If your child has CF and their pancreas isn’t working well, talk to your CF doctor about whether this medicine might help. The evidence suggests it may improve pancreas function in some young children (moderate confidence level). If your child starts taking this medicine and their pancreas improves, work with your doctor to slowly adjust digestive enzyme medicines rather than stopping them suddenly. Continue regular monitoring of your child’s pancreas function and symptoms, even if it seems to be working well, because improvement may not always last (high confidence level).

This research is most relevant for families with young children (ages 2-6) who have CF and pancreatic insufficiency (when the pancreas doesn’t work well). It’s also important for CF doctors and specialists who treat young children. Parents of older children with CF might find it interesting to understand how the medicine works in younger age groups. This research is less relevant for people with CF who don’t have pancreatic problems or for adults with CF, though some principles might apply.

If this medicine helps your child, you might see improvements in pancreas function within 6 months. However, it’s important to understand that improvement may not happen for everyone, and even if it does happen, it might not last. Some children’s pancreases stop working well again within a year. Therefore, you should expect to continue monitoring your child’s health regularly for at least 12 months and beyond, rather than expecting a quick fix.

Want to Apply This Research?

  • Track your child’s digestive symptoms weekly (such as greasy stools, stomach pain, or bloating) and note any changes in enzyme doses. Record these observations in a simple log with dates to share with your CF doctor at appointments.
  • Work with your CF care team to create a medication adjustment plan if pancreas function improves. Use the app to set reminders for enzyme doses and to track when doses change, helping you remember the current correct dose at each meal.
  • Set up monthly check-ins in the app to review your child’s symptoms and enzyme use patterns. Create alerts for scheduled lab tests (faecal elastase and vitamin levels) to ensure you don’t miss important monitoring appointments that help track pancreas function over time.
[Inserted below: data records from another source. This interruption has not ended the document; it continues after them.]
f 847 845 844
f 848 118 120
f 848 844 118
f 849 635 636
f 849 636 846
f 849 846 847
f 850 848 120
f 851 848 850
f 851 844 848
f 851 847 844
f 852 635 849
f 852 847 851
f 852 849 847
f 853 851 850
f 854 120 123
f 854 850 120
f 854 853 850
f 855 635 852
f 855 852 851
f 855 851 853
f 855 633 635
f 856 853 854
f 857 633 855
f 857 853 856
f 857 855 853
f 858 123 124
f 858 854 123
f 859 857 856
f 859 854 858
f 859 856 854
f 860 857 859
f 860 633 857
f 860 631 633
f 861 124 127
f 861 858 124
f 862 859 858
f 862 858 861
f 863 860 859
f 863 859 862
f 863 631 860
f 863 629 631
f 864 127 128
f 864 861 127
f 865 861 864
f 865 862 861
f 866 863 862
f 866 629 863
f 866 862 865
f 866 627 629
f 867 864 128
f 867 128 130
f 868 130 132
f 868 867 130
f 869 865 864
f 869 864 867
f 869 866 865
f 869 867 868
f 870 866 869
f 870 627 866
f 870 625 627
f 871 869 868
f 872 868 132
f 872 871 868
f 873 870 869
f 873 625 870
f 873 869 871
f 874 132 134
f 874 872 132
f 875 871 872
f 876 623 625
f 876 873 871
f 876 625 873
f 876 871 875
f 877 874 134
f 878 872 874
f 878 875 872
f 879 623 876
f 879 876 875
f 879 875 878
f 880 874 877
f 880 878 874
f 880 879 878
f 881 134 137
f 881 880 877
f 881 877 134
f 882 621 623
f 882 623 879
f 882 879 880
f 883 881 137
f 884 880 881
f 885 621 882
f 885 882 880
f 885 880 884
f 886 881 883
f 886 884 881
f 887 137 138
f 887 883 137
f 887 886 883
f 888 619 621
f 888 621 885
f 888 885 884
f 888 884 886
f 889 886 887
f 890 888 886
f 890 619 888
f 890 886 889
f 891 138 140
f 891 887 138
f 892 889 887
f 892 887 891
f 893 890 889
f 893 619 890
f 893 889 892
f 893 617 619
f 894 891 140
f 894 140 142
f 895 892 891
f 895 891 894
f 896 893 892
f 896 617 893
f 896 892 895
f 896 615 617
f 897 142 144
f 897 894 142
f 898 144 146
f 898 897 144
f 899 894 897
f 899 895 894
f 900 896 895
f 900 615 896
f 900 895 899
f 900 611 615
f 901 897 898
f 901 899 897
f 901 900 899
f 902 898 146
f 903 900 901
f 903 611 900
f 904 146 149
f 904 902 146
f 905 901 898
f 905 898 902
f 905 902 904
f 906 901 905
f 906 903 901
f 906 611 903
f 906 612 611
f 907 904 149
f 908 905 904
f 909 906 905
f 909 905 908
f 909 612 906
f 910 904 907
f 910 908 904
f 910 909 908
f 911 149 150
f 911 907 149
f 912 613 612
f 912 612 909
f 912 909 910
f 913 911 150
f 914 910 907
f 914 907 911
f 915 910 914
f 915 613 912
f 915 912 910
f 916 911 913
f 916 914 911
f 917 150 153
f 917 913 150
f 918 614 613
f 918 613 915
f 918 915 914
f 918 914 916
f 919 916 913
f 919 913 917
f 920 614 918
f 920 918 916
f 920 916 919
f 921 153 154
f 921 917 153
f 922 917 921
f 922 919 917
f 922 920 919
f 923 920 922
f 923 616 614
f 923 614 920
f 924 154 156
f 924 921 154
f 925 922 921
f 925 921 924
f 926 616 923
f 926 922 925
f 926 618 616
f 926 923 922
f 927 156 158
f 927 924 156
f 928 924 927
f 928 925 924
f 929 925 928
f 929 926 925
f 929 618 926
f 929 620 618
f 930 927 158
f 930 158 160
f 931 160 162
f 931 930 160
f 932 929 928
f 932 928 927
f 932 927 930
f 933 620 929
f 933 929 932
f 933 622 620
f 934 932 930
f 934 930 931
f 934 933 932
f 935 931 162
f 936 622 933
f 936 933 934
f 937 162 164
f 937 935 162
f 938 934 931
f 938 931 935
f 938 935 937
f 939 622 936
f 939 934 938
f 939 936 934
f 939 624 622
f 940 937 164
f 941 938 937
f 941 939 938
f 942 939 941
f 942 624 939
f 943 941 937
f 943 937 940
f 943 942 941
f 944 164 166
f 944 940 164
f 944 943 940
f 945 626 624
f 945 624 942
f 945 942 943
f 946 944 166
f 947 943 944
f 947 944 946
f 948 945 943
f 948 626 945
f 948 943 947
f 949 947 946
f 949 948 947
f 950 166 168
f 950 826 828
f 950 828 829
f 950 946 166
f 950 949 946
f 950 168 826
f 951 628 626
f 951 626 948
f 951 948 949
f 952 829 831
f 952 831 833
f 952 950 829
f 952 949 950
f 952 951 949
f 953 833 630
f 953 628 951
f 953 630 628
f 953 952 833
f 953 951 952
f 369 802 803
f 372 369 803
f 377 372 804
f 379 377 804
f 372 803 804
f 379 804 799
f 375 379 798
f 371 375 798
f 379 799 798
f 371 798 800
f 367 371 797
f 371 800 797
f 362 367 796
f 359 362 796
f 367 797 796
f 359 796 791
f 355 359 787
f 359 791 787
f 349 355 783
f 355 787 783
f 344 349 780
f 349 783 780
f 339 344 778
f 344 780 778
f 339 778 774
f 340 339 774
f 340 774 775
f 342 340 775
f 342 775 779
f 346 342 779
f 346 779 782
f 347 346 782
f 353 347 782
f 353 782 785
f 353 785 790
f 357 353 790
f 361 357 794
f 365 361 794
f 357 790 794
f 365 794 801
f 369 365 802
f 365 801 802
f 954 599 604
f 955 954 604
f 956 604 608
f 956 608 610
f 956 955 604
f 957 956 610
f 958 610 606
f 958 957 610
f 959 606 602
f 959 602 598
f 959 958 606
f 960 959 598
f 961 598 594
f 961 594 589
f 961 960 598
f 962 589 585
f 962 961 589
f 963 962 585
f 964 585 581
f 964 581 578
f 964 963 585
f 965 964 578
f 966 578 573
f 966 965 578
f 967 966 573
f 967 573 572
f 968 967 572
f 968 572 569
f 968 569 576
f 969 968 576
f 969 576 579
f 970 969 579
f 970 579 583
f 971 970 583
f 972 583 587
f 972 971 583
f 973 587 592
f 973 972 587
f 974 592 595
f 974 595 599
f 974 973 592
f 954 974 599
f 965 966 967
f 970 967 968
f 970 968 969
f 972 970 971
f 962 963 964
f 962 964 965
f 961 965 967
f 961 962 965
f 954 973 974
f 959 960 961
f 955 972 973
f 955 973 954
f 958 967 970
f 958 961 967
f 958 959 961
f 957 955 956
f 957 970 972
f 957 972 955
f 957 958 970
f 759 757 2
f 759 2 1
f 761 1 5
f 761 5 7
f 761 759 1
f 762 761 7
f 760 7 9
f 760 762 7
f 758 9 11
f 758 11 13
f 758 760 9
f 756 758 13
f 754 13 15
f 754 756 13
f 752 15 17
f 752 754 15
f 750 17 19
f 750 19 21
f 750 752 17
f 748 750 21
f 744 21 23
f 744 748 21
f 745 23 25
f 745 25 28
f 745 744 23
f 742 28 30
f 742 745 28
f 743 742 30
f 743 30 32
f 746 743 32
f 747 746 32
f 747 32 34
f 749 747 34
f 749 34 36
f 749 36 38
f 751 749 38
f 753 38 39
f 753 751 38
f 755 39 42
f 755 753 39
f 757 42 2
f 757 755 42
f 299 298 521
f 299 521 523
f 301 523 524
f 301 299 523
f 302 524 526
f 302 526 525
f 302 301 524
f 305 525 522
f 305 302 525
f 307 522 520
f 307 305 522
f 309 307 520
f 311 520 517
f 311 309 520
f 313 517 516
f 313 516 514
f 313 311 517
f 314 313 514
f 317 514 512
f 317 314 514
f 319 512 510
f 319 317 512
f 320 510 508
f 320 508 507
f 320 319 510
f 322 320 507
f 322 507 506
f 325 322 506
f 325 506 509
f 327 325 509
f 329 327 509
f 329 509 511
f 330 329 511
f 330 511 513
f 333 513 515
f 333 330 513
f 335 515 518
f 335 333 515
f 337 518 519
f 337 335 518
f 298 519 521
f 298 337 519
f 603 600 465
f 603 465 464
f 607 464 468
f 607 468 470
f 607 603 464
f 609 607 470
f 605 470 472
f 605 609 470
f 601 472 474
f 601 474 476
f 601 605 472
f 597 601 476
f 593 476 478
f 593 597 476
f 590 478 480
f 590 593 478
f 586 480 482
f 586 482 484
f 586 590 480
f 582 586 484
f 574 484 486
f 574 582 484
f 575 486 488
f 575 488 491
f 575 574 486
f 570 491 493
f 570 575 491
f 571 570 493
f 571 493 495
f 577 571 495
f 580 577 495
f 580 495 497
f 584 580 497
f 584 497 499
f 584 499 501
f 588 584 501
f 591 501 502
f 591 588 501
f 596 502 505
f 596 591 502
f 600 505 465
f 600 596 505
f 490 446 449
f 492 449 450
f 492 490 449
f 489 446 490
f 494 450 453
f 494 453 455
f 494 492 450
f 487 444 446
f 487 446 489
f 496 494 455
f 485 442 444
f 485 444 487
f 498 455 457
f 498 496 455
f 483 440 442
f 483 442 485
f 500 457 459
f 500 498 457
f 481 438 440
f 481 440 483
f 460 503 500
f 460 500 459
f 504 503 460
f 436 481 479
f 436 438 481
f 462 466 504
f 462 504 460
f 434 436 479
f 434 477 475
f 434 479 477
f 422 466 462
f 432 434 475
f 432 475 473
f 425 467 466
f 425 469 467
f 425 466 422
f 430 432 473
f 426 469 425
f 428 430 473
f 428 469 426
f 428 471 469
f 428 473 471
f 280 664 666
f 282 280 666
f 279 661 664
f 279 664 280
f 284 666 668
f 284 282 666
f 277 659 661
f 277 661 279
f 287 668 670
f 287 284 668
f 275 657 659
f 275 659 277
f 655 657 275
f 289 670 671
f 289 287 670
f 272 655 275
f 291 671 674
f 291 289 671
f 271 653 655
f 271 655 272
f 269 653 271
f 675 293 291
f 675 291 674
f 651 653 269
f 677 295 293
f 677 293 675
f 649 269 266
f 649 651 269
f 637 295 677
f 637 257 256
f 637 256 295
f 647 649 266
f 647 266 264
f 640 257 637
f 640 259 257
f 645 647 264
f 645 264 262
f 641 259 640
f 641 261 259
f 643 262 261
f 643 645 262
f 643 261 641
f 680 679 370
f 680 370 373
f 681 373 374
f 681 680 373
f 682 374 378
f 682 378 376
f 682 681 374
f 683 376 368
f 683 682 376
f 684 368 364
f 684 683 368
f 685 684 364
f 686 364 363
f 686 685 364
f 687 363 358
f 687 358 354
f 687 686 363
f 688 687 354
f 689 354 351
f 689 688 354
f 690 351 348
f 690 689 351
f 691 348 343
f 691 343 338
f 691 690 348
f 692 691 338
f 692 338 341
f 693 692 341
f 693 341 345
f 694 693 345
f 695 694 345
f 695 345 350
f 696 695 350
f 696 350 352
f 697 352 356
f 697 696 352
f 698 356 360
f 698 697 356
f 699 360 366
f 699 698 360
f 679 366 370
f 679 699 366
This research describes what happened in one hospital with a specific group of children. Results may vary for individual children based on their age, CF type, and overall health. This information is not a substitute for medical advice from your child’s CF care team. Do not make any changes to your child’s medicines, enzymes, or treatment plan without first talking to your CF doctor. Some children’s pancreases improved on this medicine while others did not, and some improvements were not permanent. Your child’s response may be different. Always work with your CF specialist to monitor your child’s health and adjust treatment as needed.